ValuEngine is a fundamentally-based quant research firm in Princeton, NJ. ValuEngine


covers over 5,000 stocks every day.

A variety of newsletters and portfolios containing Suttmeier's detailed research, stock picks,
and commentary can be found HERE.

Suttmeier's Four in Four video and ForexTV Markets Review can be watched on the web
HERE.

December 31, 2009 – Once in a Blue Moon

Before 2009 ends we will have a “Blue Moon”. It seems that we can summarize 2009 in a series
of “Once in a Blue Moon” events.
The Auto Bailout is not over, and extends into the mortgage market
GMAC will receive another $3.5 billion in tax payer money through TARP, bringing this portion of the
auto bailout up to $16 billion.
The additional bailout is required because of losses related to its mortgage operations. In Twenty-Ten
there will be more losses and we will find out that many car buyers who turned in usable clunkers will
be in default on the auto loans associated with that part of the bailout.
It will be a drag on those who participated as the $4,500 received from the US Treasury is considered
taxable income. As it turns out car buyers would have done better with dealer incentives.
The Dow began 2009 continuing the multi-year bear market
The Dow began 2009 at 8,776 and declined 26.3% to 6,470 into March 6th. The Dow held a multi-year
up trend and satisfied a long term Fibonacci retracement level. From this low the Dow rallied 63.5% to
10,580 this week.
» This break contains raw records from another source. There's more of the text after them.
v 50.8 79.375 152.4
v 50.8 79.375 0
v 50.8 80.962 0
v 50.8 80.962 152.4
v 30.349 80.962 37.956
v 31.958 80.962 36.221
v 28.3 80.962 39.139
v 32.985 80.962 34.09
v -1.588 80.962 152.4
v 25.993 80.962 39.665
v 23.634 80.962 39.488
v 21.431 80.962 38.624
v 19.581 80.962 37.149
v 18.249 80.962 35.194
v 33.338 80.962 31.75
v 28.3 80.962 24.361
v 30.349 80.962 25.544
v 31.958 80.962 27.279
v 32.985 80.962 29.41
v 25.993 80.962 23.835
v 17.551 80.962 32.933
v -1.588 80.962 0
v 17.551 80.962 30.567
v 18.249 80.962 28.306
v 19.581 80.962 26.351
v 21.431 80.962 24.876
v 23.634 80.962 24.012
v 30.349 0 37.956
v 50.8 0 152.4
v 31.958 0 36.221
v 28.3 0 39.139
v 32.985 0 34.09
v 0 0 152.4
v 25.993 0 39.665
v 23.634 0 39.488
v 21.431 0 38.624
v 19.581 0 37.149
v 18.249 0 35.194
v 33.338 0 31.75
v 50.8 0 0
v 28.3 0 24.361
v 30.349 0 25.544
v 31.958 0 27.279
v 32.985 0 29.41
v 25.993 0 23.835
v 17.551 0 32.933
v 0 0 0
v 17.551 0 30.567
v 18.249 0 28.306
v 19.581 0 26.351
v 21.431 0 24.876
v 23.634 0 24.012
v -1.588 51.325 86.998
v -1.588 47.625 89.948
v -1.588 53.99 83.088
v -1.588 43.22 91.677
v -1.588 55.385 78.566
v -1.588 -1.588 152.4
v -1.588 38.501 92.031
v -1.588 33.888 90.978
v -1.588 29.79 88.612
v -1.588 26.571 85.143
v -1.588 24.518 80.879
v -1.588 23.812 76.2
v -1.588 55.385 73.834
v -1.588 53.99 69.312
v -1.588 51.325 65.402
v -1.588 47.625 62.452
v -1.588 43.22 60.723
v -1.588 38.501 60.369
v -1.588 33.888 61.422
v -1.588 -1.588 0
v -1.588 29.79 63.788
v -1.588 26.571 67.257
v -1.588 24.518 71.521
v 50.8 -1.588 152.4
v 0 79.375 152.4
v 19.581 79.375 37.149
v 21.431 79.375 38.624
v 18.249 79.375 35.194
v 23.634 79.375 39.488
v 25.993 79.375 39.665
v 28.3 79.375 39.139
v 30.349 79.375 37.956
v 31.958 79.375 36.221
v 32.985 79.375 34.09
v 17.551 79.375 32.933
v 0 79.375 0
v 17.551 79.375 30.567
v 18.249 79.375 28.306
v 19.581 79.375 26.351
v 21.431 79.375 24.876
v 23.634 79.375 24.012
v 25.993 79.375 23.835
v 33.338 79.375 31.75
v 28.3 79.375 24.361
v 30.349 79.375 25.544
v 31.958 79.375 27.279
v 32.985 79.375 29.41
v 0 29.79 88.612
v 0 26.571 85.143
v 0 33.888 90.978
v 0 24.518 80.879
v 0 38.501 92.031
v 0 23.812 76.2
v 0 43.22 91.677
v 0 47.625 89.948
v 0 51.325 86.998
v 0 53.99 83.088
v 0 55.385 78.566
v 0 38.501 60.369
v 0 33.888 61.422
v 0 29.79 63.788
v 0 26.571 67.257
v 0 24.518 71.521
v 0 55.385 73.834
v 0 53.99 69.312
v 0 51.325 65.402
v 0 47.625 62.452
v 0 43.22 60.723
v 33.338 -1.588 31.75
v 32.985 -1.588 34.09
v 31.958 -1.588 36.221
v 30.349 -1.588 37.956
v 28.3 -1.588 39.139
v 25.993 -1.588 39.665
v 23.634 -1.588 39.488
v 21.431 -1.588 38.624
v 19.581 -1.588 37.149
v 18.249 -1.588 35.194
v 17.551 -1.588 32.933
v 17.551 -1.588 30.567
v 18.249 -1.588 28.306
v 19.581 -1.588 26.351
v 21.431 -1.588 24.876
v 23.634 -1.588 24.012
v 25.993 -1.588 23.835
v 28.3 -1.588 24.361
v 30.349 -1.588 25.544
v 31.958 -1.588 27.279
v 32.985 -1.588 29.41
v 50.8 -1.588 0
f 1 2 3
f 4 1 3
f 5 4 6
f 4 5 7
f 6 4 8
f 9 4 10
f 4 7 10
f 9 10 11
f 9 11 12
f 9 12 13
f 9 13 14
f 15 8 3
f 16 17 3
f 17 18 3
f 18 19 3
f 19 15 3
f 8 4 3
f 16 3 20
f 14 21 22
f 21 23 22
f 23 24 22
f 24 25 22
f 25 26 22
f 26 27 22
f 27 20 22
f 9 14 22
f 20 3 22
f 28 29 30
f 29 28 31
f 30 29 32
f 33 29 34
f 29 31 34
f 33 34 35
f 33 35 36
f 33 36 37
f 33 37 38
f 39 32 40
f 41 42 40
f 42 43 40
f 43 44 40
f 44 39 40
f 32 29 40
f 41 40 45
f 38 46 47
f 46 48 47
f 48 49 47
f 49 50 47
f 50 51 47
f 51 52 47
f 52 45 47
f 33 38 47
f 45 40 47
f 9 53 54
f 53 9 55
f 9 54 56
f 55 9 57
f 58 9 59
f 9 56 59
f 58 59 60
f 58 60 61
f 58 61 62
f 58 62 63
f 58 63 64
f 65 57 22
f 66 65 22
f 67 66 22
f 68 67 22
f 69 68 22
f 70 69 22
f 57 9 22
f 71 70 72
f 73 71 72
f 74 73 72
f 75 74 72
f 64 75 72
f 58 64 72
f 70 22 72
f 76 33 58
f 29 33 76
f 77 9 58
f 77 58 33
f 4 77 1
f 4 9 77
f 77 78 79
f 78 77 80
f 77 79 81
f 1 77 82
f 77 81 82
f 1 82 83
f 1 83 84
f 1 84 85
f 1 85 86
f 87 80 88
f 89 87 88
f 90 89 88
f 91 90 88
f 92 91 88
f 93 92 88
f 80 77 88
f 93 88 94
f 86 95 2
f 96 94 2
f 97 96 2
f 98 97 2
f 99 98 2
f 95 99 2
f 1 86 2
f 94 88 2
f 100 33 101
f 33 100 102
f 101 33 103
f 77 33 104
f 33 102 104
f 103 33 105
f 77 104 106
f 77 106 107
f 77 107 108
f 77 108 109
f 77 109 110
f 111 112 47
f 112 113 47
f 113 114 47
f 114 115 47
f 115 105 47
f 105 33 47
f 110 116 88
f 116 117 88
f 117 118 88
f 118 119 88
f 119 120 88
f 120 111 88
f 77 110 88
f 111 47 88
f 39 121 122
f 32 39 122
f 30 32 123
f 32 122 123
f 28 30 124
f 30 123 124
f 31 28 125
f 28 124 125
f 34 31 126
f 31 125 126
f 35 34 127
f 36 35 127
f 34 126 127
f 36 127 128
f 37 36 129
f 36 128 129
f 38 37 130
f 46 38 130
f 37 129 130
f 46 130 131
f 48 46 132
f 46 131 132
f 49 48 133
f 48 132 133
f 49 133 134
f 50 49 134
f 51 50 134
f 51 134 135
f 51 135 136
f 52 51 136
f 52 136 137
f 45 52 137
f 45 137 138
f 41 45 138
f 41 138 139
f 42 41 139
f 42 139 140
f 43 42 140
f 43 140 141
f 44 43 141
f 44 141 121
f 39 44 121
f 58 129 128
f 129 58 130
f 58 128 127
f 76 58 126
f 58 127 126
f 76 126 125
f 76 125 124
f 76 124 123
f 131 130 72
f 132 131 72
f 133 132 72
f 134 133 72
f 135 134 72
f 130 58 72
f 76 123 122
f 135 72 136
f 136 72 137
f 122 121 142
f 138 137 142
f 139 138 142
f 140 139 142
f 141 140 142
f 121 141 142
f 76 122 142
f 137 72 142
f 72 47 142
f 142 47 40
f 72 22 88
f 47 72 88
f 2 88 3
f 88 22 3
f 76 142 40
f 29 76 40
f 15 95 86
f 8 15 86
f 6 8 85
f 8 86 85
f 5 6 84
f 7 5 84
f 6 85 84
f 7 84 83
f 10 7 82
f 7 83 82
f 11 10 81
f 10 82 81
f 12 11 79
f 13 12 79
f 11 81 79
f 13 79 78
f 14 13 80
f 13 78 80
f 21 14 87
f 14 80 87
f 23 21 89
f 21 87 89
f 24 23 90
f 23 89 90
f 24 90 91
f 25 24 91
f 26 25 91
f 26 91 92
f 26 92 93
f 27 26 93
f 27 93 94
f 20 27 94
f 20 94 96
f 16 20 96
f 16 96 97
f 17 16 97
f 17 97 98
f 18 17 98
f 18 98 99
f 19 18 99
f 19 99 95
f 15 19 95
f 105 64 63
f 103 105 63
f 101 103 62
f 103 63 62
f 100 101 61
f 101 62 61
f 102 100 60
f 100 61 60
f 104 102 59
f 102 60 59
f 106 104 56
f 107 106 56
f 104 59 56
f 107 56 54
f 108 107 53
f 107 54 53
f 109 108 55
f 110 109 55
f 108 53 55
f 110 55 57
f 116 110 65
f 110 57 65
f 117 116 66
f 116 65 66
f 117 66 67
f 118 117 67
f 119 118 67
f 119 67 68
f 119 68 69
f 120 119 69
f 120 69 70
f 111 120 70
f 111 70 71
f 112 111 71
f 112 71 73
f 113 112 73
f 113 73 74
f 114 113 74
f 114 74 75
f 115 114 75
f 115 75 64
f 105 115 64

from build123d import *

# Parameters (mm, degrees)
F1_DEPTH = 152.4
F2_R     = 15.875
F3_DEPTH = 25.4
F4_R     = 7.9375
F5_DEPTH = 82.55


with BuildPart() as f1:
    # F0 (on Top) → F1 (new body)
    with BuildSketch(Plane.XY):
        Polygon((0, 79.375), (50.8, 79.375), (50.8, 80.9625), (-1.5875, 80.9625), (-1.5875, -1.5875), (50.8, -1.5875), (50.8, 0), (0, 0), align=None)
    extrude(amount=F1_DEPTH)

    # F2 (on face) → F3 (cut)
    with BuildSketch(Plane(origin=(-1.5875, 0, 0), x_dir=(0, -1, 0), z_dir=(-1, 0, 0))):
        with Locations((-39.6875, 76.2)):
            Circle(F2_R)
    extrude(amount=-F3_DEPTH, mode=Mode.SUBTRACT)

    # F4 (on face) → F5 (cut, through all)
    with BuildSketch(Plane.XZ.offset(1.5875)):
        with Locations((25.4, 31.75)):
            Circle(F4_R)
    extrude(amount=-F5_DEPTH, mode=Mode.SUBTRACT)


solid = f1.part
The end result was a gain of about 20% for the year confirming the end of the multi-
year bear market. Even so the Dow is still 25.7% below its October 2007 high of 14,198.
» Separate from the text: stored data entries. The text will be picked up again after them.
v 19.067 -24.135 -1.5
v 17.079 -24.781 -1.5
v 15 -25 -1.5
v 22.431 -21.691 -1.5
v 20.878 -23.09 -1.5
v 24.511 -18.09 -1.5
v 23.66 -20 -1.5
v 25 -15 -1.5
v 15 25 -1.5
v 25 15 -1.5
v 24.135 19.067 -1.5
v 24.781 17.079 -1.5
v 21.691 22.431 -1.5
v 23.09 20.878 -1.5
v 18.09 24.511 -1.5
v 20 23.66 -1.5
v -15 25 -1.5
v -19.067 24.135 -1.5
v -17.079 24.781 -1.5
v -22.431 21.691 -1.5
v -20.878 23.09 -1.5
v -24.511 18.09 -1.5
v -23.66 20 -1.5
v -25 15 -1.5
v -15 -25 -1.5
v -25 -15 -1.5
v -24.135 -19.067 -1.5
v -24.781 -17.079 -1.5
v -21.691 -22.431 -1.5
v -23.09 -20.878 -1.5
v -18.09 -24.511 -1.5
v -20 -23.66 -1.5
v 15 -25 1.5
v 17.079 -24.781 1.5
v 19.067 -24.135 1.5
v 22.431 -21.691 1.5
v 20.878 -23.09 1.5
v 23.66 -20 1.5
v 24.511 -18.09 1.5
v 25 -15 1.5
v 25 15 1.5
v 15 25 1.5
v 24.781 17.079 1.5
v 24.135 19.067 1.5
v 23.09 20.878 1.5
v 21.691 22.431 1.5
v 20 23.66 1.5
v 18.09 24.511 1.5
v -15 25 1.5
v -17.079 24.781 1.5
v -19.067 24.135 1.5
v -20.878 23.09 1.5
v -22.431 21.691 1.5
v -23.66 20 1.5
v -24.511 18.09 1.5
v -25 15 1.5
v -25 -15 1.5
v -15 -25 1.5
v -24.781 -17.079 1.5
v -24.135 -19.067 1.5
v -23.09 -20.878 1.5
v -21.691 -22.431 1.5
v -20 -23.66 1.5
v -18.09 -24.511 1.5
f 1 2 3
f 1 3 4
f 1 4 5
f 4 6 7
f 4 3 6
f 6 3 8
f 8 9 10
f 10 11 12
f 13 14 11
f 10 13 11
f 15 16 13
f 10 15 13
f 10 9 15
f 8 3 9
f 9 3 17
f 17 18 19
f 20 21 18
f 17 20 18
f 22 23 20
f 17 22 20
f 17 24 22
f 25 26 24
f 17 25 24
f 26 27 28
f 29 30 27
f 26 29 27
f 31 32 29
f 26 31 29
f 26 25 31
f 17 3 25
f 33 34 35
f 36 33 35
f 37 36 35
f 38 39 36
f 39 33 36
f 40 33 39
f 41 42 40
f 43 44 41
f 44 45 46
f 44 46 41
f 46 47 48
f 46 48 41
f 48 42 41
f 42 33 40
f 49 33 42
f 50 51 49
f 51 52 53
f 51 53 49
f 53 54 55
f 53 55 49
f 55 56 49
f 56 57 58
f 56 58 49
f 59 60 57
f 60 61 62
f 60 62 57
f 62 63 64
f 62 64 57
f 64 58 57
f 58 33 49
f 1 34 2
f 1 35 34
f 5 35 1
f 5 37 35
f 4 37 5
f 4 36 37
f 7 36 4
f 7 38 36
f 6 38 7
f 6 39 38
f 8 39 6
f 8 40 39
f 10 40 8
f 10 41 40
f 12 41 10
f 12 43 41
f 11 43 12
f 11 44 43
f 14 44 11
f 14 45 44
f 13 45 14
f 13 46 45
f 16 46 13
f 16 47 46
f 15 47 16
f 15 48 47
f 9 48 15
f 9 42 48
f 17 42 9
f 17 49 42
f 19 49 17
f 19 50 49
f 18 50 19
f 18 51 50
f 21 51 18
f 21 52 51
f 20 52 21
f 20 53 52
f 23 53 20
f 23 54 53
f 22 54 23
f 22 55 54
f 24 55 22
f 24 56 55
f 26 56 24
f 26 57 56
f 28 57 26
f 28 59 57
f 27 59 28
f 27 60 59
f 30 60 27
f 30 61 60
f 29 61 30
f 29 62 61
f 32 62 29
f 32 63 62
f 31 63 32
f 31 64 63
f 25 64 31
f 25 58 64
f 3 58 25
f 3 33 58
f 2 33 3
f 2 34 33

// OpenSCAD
/*
 * First test for a stamp
 */
echo(version=version());

logo = "world.inv.png"; // res 200 x 197
logox = 200; 
logoy = 197; 

module roundedRect(size, radius) {  
	linear_extrude(height=size.z, center=true) {
		offset(radius) offset(-radius) {
			square([size.x, size.y], center = true);
		}
	}
}

// Base plate
// ----------
plateWidth = 50;
plateLength = 50;
plateThickNess = 3;
cornerRadius = 10;

difference() {  
	union() {
		roundedRect([plateWidth, plateLength, plateThickNess], cornerRadius);
		translate([0, 0, 3]) {
			scale([.9 * plateWidth / logox, .9 * plateWidth / logoy, .02]) {
				color("red") {
					rotate([0, 0, -90]) {
						surface(file=logo, invert=true, center=true);
					}
				}
			}
		}
	}
}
Twenty-Ten will not be as volatile, but the upside for the Dow should be limited to the 11,250 to 11,500
rolling six month risky area. With or without this strength the downside risk is to the 7,500 to 6,750
rolling six month value area.
As you know I am an "outside the box thinker" and on March 6 with the S&P at 666 I pounded the
table with a call for a 40% to 50% rally. That weekend Barron’s said Dow 5,000, Roubini said Dow
6,000 and Jim Cramer said the Dow's fair value was "5,000-something".
I re-iterated this prediction on Fox Business Live the following week and they conducted a poll as I
explained why I was bullish. 88% disagreed, 7% had no opinion and only 5% agreed. That made me
even more bullish. Now the opinion polls are in reverse. It seems like the bulls are back just as they
were at the end of 2007.
I predict that the consensus will be proven wrong with regard to the global growth story. Stocks
end 2009 both overvalued fundamentally and overbought technically.
As a strategist I look at facts and figures and graphs using a Green Visor, while economists
view things through rose colored glasses.
The Housing and Financials have priced in economic recovery but bailout money has been
misdirected.
TARP is being wasted on public and private community banks and many are doomed for failure.
Keep in mind that the America's Community Bankers Index (ABAQ) is down 21% in 2009 and
52.8% below its December 2006 high. The Regional Banking Index (BKX) is down 3.4% in 2009 and
64.7% below its February 2007 high.
The number of homeowners in mortgage default rose for the 6th consecutive quarter in the third quarter
as late prime mortgages more than doubled year over year to 3.6%. This makes it more difficult for
community and regional banks to help struggling borrowers make mortgage modifications.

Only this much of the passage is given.